Punjab police 'botched probe into alleged honour killing’ of British-Pakistani woman

Sources say investigators wasted time by focusing on her marital status and evidence from crime scene was contaminated


News Desk August 02, 2016
Samia Shahid and her husband Mukhtar Kazam. PHOTO COURTESY: THE TELEGRAPH

Punjab police botched the initial investigation into the alleged “honour killing” of a British woman of Pakistani origin, who was found dead inside her family home in Jhelum last month, by focusing on her marital status instead of chasing potential leads.

Bradford born Samia Shahid was “murdered for honour” by her own family while visiting her ancestral home in Jhelum on July 20 in revenge for her divorce and remarriage, according to her second husband Mukhtar Kazam.

The victim’s father Chaudhry Shahid, during initial investigation, denied any charges that his daughter was killed for “honour” and insisted that she had died of natural causes.
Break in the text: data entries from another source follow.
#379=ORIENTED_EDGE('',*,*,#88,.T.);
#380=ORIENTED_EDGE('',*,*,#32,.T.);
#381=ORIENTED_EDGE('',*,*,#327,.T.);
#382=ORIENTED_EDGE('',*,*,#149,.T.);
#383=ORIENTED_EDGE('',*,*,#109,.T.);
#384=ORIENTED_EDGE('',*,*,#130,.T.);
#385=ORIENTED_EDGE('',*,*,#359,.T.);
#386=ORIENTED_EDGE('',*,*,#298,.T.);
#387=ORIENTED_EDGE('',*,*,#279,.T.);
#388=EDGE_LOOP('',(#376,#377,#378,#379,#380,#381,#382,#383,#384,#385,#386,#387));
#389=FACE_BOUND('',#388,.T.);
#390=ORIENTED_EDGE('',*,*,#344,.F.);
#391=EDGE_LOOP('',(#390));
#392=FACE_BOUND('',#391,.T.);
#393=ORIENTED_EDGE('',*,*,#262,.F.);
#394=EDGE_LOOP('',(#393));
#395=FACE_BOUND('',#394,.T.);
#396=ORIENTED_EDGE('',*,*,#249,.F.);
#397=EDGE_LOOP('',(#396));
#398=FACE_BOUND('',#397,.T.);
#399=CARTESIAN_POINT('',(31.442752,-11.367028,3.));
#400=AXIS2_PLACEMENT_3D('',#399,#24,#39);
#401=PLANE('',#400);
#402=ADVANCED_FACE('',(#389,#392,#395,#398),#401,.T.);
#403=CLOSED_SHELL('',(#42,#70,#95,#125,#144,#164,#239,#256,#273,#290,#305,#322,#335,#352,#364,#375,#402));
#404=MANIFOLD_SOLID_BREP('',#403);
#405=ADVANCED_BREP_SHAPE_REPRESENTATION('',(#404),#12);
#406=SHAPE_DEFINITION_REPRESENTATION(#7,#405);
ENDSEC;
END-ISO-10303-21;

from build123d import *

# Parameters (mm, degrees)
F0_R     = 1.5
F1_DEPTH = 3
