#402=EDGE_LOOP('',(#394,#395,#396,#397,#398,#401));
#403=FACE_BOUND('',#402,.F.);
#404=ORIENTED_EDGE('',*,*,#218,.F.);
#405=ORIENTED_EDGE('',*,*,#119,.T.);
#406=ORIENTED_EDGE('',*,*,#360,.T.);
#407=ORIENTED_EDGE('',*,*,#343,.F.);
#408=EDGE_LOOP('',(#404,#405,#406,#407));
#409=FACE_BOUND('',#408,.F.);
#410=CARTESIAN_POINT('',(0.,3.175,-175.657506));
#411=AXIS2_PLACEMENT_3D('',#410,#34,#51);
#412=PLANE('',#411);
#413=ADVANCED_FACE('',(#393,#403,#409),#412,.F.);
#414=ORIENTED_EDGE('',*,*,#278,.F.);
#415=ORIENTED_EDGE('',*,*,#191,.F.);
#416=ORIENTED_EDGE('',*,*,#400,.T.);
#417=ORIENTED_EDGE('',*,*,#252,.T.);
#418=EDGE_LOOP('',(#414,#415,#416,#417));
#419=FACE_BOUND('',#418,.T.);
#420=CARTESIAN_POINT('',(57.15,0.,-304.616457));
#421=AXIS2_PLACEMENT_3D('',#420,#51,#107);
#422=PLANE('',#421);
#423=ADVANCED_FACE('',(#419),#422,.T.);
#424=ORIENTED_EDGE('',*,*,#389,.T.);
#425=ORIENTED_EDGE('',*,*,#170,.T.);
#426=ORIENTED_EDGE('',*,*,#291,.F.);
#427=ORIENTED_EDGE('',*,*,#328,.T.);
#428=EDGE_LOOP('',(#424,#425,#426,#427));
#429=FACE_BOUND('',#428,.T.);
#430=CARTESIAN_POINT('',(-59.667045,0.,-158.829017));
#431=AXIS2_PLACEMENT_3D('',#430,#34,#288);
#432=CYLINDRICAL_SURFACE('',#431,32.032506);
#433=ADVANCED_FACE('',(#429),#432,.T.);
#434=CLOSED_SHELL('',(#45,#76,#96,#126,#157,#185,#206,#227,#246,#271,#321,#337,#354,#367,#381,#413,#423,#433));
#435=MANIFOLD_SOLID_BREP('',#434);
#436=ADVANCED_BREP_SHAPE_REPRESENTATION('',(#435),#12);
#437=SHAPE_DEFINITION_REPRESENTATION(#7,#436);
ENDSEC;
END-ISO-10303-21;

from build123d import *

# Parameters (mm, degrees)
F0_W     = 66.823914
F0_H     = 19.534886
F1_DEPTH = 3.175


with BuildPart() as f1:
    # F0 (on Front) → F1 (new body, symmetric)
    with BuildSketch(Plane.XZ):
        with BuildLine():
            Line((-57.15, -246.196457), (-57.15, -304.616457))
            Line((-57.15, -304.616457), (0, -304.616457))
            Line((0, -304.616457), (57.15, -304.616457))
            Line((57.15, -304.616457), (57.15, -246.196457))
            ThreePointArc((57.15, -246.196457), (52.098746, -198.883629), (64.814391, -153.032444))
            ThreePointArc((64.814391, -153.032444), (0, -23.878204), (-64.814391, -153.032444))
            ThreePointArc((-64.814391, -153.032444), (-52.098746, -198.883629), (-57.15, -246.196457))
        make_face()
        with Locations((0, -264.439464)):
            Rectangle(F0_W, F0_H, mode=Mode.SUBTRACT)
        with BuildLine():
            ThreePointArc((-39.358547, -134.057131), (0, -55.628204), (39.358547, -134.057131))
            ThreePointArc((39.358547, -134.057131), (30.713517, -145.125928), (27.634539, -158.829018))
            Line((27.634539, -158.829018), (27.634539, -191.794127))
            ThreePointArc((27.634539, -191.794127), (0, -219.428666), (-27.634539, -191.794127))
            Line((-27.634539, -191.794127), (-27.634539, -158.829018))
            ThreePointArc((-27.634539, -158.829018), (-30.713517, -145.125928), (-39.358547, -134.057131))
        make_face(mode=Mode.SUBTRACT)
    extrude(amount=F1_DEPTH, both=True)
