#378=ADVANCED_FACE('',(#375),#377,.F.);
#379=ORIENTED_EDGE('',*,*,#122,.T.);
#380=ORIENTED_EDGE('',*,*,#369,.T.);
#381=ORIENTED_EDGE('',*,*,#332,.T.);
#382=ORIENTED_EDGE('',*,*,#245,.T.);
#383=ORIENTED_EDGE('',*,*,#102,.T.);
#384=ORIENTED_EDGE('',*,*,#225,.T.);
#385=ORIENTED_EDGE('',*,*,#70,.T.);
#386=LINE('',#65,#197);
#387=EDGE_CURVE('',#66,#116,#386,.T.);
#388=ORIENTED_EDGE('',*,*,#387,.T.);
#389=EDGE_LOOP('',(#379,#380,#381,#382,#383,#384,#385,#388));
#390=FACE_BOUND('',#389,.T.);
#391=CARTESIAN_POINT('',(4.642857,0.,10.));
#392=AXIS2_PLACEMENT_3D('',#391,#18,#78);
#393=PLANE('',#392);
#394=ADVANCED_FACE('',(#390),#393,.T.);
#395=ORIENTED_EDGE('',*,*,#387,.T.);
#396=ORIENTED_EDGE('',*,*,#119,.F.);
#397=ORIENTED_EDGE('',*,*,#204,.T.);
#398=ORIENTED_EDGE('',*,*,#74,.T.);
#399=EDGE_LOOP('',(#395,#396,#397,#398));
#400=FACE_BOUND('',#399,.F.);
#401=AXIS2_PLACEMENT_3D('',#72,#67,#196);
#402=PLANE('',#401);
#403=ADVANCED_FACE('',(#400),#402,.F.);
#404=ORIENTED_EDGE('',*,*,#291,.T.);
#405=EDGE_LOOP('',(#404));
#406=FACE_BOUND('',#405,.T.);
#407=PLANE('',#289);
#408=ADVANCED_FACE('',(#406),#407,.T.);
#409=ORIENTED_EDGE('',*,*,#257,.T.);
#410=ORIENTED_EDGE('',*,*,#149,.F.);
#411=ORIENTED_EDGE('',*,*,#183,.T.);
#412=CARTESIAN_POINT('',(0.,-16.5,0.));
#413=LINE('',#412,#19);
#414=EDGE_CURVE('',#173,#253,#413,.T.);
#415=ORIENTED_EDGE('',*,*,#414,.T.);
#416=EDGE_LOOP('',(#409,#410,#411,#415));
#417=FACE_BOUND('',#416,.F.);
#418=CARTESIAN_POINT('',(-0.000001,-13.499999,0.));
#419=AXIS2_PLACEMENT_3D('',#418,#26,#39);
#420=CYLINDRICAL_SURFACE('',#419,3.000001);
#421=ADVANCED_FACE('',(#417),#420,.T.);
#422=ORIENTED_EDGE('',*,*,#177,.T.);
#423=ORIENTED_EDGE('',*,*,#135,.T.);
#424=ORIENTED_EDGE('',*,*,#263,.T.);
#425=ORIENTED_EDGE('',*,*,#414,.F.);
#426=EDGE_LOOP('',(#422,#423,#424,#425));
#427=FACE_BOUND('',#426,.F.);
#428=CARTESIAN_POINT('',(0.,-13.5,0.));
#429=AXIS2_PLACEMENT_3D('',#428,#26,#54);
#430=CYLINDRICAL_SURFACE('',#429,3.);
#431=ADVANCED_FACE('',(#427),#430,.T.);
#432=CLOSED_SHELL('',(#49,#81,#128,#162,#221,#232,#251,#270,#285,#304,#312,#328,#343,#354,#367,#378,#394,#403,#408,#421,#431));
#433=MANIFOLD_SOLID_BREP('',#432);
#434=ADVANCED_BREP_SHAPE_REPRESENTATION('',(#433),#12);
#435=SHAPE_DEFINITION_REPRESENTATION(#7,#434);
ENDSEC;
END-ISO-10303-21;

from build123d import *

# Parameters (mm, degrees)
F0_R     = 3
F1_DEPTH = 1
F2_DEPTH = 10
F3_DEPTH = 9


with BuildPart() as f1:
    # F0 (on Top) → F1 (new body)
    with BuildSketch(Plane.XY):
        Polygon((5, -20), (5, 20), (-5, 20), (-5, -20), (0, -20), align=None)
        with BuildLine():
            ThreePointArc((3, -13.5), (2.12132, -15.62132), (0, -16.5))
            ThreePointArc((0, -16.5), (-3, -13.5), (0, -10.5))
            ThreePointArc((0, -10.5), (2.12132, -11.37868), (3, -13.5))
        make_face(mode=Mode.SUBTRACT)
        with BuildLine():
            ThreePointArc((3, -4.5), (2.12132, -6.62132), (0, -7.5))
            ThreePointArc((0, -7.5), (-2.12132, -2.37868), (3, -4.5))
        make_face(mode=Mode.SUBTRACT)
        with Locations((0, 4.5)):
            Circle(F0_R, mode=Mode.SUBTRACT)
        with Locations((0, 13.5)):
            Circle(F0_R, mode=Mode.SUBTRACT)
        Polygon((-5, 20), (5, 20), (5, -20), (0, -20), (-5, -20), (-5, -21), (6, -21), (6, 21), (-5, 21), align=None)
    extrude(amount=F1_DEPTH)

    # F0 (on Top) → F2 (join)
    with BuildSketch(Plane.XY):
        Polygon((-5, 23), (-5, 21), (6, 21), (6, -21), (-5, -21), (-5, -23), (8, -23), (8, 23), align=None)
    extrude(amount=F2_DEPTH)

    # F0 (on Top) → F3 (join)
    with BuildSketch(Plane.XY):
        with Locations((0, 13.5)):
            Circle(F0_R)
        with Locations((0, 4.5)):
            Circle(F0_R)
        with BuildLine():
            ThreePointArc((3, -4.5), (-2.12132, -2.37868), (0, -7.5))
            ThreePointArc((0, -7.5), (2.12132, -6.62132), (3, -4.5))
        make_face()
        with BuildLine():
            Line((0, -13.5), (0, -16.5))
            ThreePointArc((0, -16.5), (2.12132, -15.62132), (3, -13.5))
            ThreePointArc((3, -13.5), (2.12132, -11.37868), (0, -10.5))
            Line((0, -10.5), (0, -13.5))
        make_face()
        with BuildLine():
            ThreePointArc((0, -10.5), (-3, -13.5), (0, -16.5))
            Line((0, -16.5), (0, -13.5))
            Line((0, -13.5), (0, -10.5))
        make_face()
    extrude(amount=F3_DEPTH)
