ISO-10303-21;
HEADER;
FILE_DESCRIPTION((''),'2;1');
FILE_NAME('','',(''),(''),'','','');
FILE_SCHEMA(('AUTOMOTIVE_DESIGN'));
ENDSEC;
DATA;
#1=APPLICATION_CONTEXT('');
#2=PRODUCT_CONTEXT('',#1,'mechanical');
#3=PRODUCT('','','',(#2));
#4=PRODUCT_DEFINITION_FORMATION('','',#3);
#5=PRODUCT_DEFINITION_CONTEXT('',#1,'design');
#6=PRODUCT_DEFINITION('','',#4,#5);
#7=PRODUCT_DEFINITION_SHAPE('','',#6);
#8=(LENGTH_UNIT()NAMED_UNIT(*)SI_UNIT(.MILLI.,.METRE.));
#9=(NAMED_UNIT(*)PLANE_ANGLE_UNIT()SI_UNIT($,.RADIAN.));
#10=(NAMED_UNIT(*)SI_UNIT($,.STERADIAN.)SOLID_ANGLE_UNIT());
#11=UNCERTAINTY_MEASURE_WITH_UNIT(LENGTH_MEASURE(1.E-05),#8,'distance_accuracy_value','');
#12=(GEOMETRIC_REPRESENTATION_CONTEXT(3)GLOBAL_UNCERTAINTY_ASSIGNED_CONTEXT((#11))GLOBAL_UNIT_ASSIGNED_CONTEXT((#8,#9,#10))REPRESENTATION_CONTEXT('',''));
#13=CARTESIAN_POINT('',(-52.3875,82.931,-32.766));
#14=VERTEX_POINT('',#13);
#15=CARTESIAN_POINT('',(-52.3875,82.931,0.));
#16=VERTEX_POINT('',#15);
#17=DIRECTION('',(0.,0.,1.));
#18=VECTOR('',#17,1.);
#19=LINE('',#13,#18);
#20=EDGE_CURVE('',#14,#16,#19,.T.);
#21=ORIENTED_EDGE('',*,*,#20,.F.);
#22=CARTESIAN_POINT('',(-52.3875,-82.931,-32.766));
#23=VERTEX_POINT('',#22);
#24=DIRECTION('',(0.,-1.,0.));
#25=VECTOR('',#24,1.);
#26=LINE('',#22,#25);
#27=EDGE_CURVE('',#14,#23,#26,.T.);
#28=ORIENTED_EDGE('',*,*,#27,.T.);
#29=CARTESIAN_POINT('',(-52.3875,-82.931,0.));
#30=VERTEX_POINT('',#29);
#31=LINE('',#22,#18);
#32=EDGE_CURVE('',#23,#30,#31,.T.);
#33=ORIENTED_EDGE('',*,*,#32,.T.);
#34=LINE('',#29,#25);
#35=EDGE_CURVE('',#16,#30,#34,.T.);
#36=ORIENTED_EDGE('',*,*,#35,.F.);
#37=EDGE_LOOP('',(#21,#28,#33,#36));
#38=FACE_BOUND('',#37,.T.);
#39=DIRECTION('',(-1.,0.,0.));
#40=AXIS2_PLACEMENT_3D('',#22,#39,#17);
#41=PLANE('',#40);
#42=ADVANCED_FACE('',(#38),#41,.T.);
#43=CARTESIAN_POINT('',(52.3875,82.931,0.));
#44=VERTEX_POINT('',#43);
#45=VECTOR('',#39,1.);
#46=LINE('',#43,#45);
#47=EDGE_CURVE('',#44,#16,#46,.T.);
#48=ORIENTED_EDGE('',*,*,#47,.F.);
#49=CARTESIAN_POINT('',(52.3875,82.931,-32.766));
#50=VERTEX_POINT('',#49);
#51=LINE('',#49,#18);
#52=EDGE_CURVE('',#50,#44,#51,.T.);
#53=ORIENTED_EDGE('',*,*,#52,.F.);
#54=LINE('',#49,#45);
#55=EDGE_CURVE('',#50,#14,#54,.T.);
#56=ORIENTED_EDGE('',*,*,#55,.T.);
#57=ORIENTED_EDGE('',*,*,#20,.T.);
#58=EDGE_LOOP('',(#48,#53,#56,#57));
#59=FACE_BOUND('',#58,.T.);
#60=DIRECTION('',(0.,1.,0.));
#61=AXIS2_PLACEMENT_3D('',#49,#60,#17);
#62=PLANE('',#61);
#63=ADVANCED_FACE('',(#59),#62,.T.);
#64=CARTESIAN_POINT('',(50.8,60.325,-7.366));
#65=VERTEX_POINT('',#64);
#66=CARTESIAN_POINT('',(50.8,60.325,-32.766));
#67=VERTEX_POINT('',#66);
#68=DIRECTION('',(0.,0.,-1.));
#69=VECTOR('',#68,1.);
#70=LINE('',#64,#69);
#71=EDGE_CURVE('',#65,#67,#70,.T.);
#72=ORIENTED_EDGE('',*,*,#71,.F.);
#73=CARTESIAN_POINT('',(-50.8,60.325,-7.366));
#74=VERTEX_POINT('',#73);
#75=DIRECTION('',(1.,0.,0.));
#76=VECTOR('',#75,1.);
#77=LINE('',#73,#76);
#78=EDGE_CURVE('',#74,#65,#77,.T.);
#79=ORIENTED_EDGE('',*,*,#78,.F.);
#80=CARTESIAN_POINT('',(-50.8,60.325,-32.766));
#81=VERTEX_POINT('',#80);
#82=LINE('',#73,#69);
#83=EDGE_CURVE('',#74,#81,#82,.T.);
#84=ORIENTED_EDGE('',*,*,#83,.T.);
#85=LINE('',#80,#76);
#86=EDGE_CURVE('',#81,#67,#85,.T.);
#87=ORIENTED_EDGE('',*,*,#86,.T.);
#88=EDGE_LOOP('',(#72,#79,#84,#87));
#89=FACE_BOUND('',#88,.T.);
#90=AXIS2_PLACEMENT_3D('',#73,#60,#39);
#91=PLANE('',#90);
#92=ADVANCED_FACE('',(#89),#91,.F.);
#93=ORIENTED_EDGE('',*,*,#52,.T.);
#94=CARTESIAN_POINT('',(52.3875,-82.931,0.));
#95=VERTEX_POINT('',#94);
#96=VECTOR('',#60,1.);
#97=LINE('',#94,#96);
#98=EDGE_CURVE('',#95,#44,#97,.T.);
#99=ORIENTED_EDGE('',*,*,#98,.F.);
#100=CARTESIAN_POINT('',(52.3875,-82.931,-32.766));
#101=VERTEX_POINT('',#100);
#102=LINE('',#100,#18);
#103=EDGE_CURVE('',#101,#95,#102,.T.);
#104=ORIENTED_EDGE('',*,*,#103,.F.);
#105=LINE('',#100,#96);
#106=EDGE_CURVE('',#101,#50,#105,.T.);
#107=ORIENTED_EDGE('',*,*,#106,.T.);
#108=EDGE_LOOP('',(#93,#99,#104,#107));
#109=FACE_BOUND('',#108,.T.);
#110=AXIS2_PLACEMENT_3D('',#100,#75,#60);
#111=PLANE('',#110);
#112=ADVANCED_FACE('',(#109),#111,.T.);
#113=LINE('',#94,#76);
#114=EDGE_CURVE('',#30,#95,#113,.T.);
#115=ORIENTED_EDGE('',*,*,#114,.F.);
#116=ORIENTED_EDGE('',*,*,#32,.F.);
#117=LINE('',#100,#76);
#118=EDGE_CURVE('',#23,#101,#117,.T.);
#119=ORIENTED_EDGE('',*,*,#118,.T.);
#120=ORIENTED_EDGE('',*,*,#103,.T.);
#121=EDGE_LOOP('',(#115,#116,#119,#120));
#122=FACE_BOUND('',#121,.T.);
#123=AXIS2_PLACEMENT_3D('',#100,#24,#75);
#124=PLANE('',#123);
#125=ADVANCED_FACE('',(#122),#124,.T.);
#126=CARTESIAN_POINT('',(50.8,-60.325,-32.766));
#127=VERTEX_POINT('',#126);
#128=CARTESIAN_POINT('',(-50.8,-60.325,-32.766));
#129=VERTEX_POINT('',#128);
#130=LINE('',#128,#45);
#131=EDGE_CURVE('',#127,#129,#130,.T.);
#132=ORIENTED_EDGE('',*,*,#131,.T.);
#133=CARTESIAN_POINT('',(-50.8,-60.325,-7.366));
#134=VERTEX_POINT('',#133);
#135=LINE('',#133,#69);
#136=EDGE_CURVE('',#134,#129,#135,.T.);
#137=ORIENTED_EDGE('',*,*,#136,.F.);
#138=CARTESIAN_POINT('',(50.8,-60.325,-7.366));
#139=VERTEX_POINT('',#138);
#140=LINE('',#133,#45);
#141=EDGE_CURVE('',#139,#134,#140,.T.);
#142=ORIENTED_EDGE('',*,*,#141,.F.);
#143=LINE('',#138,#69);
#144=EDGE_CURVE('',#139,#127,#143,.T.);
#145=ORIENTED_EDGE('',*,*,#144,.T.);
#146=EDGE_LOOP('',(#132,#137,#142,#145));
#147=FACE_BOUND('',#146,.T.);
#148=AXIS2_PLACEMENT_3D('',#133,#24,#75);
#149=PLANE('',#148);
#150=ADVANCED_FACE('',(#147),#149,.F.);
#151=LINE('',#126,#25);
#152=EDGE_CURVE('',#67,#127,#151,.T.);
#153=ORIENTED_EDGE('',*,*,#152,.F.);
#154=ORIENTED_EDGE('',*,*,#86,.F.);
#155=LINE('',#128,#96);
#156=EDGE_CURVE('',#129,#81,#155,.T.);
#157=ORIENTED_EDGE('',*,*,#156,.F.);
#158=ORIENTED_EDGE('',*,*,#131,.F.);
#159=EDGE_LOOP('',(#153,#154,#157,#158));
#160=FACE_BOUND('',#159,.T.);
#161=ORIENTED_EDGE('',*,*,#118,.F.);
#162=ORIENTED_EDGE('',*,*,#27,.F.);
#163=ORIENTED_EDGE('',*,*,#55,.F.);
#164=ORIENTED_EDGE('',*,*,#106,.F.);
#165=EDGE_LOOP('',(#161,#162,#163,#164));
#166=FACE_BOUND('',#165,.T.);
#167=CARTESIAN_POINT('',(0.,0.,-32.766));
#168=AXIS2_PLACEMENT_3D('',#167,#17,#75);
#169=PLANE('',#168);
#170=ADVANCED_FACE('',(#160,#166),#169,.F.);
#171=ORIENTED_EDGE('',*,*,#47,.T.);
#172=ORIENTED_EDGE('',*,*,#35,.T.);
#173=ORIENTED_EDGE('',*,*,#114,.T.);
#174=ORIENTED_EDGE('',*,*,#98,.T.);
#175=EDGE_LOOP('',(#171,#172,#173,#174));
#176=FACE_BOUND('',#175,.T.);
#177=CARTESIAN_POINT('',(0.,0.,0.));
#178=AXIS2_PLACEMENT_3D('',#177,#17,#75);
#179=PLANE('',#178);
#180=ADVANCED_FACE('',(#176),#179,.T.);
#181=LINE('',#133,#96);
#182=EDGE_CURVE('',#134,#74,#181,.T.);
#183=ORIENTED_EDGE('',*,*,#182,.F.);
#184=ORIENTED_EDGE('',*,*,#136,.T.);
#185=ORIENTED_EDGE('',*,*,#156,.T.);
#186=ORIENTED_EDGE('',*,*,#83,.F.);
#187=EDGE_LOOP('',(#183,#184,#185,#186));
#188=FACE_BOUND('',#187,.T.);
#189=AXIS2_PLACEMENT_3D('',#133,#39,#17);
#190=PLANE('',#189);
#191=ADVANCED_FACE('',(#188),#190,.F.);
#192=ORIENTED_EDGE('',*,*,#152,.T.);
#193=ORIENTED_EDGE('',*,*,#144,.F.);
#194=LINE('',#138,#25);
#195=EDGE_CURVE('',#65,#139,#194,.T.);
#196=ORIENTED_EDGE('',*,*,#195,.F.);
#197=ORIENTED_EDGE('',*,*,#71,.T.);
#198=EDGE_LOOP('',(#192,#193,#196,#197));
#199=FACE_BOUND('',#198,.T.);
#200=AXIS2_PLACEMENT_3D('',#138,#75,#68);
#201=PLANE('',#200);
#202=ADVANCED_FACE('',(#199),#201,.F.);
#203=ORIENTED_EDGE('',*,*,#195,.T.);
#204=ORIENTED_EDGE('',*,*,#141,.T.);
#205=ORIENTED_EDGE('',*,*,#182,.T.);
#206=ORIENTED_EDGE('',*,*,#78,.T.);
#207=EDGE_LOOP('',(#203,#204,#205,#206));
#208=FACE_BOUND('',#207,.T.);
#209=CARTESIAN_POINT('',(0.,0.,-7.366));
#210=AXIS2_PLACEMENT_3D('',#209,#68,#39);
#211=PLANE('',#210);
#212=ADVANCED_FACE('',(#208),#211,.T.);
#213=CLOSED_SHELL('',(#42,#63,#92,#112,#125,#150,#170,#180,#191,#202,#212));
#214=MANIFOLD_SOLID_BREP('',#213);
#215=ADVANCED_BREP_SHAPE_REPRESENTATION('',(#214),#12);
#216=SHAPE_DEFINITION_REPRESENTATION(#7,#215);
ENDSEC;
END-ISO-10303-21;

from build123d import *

# Parameters (mm, degrees)
SKETCH1_W           = 104.775
SKETCH1_H           = 165.862
BOSS_EXTRUDE1_DEPTH = 32.766
SKETCH2_W           = 101.6
SKETCH2_H           = 120.65
CUT_EXTRUDE1_DEPTH  = 25.4


with BuildPart() as part:
    # Sketch1 → Boss-Extrude1 (new body)
    with BuildSketch(Plane.XY):
        Rectangle(SKETCH1_W, SKETCH1_H)
    extrude(amount=-BOSS_EXTRUDE1_DEPTH)

    # Sketch2 → Cut-Extrude1 (cut)
    with BuildSketch(Plane(origin=(0, 0, -32.766), x_dir=(-1, 0, 0), z_dir=(0, 0, -1))):
        Rectangle(SKETCH2_W, SKETCH2_H)
    extrude(amount=-CUT_EXTRUDE1_DEPTH, mode=Mode.SUBTRACT)


solid = part.part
Father of British-Pakistani ‘honour-killing’ victim claims daughter committed suicide

However, following the release of Samia’s post-mortem examination report, which confirmed the 28-year-old had marks on her neck, Chaudhry backtracked from his earlier statement, claiming his daughter had committed suicide.

The victim’s father further claimed that Samia was never formally divorced from her first husband, Muhammad Shakeel, a cousin, rendering her marriage to Mukhtar void.

The police were so obsessed with this element that they failed to carry out basic investigations that could have helped identify the cause of Samia’s death, UK-based newspaper The Telegraph quoted one of its sources close to the newly-formulated investigation team which recently took over the case on the orders of Punjab CM Shahbaz Sharif.

“Samia Shahid’s first and second marriage could turn out to be a motivation of the alleged murder, but initially it was more important to determine the cause of death,” said the source.

“But they wasted time on it during which much evidence from the crime scene was ruined and the case became more complicated.”

The source also criticised the “vague report” given by the doctor who carried out the post-mortem on Samia’s body.

Man alleges British wife killed for 'honour' in Pakistan

Police initially told media that the post-mortem showed no external injuries. It later emerged that a long bruise along Samia’s neck had been ignored because it was not considered a conclusive “cause of death”.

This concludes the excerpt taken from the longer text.